(ABOUT THIS EXERCISE)
Only one stretch of the data below is wanted: the lines starting at the one with "#49=CARTESIAN_POINT('',(2.5,0.,-1.57));" and ending at the one with "#63=CIRCLE('',#62,2.5);", both included, given again exactly.

(DATA SUPPLIED)
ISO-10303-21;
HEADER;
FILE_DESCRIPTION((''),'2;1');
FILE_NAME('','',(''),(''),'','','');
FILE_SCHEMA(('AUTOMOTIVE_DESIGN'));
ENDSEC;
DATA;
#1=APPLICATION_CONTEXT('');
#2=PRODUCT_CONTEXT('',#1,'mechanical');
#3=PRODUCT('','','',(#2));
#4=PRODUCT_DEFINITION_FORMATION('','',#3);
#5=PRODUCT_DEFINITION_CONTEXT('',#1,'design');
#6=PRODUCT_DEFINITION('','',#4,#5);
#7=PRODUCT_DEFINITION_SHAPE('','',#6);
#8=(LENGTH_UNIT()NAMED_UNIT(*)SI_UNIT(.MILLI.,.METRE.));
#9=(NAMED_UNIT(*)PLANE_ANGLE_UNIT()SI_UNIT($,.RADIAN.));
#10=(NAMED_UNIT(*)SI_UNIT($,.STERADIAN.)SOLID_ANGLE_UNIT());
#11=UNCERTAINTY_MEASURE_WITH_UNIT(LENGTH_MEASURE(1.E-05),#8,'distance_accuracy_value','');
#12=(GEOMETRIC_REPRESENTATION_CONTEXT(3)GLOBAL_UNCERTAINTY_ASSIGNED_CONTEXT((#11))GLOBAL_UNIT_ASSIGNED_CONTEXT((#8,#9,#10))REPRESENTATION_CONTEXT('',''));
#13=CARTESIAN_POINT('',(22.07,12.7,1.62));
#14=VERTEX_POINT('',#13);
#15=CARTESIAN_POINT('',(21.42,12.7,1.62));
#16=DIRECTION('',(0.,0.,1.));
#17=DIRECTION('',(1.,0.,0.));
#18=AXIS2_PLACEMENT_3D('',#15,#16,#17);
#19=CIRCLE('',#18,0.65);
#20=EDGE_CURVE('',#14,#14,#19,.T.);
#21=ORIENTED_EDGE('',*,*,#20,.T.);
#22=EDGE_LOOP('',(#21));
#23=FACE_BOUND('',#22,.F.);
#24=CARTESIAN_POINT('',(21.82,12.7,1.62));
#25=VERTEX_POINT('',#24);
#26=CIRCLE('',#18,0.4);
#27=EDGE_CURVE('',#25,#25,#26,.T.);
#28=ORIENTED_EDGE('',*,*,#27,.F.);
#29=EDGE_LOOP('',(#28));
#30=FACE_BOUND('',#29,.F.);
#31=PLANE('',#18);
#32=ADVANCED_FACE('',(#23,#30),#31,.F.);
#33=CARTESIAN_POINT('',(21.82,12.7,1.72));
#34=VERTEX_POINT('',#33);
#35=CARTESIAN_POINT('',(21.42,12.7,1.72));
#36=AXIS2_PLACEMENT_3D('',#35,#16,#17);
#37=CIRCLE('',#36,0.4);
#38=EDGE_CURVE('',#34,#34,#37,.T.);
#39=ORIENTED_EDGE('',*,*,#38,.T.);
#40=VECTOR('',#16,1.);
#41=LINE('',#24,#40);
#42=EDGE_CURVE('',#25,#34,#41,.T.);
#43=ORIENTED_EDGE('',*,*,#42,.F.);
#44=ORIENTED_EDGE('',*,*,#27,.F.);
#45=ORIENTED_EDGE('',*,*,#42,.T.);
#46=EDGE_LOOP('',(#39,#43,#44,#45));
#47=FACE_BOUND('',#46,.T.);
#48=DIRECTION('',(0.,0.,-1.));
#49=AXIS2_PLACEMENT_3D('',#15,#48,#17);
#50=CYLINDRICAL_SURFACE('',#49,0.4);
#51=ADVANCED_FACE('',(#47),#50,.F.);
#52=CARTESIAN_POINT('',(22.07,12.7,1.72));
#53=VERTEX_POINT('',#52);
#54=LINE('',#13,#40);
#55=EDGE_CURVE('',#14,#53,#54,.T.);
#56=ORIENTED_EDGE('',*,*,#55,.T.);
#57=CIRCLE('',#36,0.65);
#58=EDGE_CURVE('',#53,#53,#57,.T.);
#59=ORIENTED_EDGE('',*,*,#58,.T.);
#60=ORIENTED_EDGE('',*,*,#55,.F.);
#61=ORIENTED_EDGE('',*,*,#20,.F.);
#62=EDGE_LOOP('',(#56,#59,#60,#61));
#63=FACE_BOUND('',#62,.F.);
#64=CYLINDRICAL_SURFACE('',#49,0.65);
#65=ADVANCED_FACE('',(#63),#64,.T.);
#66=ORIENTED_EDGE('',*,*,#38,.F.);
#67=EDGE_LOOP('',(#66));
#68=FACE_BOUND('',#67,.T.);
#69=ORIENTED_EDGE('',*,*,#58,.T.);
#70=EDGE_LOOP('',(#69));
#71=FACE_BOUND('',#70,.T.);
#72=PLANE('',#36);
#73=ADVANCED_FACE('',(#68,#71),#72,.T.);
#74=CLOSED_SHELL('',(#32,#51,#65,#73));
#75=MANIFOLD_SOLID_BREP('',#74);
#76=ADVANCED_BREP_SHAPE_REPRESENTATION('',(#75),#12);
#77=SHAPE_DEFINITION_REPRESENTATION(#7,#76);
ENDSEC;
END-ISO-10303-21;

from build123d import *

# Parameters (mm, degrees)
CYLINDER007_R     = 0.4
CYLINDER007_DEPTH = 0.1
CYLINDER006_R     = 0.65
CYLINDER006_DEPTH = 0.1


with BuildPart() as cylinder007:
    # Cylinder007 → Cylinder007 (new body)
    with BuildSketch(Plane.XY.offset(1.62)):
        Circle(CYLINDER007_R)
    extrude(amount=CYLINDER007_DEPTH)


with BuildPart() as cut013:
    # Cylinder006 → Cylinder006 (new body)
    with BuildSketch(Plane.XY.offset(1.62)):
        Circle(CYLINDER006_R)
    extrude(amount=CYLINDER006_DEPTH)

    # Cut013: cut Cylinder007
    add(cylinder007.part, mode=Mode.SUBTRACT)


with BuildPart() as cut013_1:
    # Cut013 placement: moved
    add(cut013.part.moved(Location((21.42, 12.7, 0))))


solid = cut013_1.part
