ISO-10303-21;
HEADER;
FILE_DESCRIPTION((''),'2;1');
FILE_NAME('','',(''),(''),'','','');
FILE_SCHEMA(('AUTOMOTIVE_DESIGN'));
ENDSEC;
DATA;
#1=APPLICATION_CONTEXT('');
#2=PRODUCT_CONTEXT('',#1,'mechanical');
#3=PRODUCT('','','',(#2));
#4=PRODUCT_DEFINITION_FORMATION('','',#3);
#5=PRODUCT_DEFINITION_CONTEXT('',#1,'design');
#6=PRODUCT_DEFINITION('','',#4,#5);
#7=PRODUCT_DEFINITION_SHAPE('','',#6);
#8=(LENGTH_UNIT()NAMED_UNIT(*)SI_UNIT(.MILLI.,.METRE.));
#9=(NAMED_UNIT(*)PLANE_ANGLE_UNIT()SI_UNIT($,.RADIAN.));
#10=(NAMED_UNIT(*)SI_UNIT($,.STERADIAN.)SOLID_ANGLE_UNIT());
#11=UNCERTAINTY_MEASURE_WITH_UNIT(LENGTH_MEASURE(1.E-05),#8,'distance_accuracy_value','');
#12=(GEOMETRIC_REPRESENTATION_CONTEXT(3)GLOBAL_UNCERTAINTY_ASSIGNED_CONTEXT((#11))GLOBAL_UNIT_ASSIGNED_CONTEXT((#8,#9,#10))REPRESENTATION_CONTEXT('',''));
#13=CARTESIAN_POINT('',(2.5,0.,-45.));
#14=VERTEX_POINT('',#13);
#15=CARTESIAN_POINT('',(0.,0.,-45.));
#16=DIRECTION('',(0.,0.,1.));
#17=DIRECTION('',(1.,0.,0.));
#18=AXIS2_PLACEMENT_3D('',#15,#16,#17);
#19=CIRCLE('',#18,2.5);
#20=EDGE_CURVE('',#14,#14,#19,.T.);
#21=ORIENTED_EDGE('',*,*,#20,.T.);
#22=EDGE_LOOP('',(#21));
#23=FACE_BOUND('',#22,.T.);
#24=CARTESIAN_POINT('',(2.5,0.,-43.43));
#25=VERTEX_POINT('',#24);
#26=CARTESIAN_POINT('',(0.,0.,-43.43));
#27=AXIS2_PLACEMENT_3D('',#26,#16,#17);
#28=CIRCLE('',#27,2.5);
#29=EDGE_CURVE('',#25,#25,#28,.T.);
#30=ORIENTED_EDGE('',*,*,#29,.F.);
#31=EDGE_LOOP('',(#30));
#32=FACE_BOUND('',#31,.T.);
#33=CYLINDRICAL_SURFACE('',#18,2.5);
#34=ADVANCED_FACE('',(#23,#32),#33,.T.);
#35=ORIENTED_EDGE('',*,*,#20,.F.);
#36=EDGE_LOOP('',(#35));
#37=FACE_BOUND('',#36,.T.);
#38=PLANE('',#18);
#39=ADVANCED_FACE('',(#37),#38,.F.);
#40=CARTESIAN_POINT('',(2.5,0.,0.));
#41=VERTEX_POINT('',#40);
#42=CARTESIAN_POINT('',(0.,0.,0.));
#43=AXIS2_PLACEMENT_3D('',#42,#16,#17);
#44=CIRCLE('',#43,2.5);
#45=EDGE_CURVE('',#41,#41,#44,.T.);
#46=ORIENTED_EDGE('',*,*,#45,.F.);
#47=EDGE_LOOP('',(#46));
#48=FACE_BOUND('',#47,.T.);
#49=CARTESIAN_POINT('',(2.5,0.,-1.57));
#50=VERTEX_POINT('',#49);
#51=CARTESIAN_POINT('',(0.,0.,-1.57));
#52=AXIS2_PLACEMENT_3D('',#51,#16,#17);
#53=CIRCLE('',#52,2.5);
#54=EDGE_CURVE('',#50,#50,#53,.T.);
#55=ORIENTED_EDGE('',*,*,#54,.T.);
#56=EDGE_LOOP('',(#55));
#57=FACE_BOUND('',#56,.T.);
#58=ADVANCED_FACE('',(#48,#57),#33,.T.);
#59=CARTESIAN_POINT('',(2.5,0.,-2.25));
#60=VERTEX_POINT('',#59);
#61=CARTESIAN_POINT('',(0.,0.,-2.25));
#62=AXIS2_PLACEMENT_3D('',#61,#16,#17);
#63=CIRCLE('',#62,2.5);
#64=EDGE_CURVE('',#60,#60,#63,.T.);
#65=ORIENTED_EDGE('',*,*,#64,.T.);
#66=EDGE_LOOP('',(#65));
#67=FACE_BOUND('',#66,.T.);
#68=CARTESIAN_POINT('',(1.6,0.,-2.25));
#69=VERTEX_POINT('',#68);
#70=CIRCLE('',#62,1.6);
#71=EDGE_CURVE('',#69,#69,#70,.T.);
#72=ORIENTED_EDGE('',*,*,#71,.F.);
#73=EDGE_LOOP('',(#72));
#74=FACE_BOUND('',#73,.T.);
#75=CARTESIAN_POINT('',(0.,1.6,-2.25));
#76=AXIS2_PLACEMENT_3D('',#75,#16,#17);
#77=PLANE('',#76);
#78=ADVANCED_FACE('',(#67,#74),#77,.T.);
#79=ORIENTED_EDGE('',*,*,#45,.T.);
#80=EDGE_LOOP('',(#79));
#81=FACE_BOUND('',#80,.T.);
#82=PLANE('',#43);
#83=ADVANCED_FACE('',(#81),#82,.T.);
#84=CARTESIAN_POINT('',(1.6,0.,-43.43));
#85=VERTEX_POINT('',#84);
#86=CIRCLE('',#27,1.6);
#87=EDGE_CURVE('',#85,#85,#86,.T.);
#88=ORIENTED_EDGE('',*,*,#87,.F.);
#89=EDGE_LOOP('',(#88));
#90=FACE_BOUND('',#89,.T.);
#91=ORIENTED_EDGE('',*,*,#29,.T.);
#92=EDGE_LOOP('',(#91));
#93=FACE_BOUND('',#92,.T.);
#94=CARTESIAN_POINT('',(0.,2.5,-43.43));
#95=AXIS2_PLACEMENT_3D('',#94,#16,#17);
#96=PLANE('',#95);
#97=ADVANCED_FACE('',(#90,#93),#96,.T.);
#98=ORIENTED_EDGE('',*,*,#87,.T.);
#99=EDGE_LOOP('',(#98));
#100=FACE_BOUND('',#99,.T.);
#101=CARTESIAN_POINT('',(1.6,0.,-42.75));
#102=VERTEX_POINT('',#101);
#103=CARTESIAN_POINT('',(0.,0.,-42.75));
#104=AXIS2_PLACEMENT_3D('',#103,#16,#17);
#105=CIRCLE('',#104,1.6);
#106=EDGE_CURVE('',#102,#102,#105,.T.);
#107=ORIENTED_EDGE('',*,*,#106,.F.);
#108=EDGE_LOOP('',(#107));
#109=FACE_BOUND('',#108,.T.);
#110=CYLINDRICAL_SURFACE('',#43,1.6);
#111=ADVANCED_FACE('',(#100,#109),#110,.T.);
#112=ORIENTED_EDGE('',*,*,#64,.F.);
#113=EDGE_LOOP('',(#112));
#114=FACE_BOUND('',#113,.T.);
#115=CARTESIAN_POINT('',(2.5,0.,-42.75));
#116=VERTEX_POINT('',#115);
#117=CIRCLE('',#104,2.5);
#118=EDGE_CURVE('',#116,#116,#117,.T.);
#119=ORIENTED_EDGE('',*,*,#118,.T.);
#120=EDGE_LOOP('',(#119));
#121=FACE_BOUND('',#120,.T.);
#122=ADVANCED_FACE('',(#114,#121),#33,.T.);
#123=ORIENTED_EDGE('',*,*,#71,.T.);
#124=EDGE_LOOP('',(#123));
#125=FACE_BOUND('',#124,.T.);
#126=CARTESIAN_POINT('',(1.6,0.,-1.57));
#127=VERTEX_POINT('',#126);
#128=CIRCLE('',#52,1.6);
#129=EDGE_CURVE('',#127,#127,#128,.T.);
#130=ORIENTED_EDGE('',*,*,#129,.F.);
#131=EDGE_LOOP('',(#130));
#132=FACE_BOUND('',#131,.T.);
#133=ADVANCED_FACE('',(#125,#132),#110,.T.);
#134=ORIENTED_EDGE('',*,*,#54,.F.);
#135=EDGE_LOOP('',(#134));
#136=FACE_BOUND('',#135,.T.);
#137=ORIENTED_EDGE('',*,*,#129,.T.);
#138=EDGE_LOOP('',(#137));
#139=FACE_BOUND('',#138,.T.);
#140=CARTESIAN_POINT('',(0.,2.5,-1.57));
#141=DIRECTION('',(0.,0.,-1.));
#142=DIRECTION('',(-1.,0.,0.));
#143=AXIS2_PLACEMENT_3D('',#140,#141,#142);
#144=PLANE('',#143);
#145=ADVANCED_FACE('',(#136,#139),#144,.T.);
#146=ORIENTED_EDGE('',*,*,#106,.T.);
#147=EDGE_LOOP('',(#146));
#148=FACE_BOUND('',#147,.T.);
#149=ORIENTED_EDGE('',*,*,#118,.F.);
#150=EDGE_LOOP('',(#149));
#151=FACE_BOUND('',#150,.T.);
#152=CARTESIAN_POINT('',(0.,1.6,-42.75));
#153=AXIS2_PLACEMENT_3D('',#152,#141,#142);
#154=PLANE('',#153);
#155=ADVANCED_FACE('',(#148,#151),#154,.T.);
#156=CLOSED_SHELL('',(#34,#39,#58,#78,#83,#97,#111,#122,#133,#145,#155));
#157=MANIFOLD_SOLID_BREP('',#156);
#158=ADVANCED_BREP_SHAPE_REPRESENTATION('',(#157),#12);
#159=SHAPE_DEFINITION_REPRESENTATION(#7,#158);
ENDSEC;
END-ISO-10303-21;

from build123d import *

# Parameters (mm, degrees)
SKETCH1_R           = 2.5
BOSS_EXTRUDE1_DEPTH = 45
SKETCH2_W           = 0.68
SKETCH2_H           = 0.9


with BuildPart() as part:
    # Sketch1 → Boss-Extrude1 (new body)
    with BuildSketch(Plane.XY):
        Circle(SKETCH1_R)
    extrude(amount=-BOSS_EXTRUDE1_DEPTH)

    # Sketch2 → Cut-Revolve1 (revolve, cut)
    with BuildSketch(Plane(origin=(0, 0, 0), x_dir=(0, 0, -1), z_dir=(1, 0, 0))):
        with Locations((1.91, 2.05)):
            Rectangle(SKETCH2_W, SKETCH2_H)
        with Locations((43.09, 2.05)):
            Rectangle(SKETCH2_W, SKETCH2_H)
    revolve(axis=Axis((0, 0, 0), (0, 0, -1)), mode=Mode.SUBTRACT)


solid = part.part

(RESULT BELOW)
#49=CARTESIAN_POINT('',(2.5,0.,-1.57));
#50=VERTEX_POINT('',#49);
#51=CARTESIAN_POINT('',(0.,0.,-1.57));
#52=AXIS2_PLACEMENT_3D('',#51,#16,#17);
#53=CIRCLE('',#52,2.5);
#54=EDGE_CURVE('',#50,#50,#53,.T.);
#55=ORIENTED_EDGE('',*,*,#54,.T.);
#56=EDGE_LOOP('',(#55));
#57=FACE_BOUND('',#56,.T.);
#58=ADVANCED_FACE('',(#48,#57),#33,.T.);
#59=CARTESIAN_POINT('',(2.5,0.,-2.25));
#60=VERTEX_POINT('',#59);
#61=CARTESIAN_POINT('',(0.,0.,-2.25));
#62=AXIS2_PLACEMENT_3D('',#61,#16,#17);
#63=CIRCLE('',#62,2.5);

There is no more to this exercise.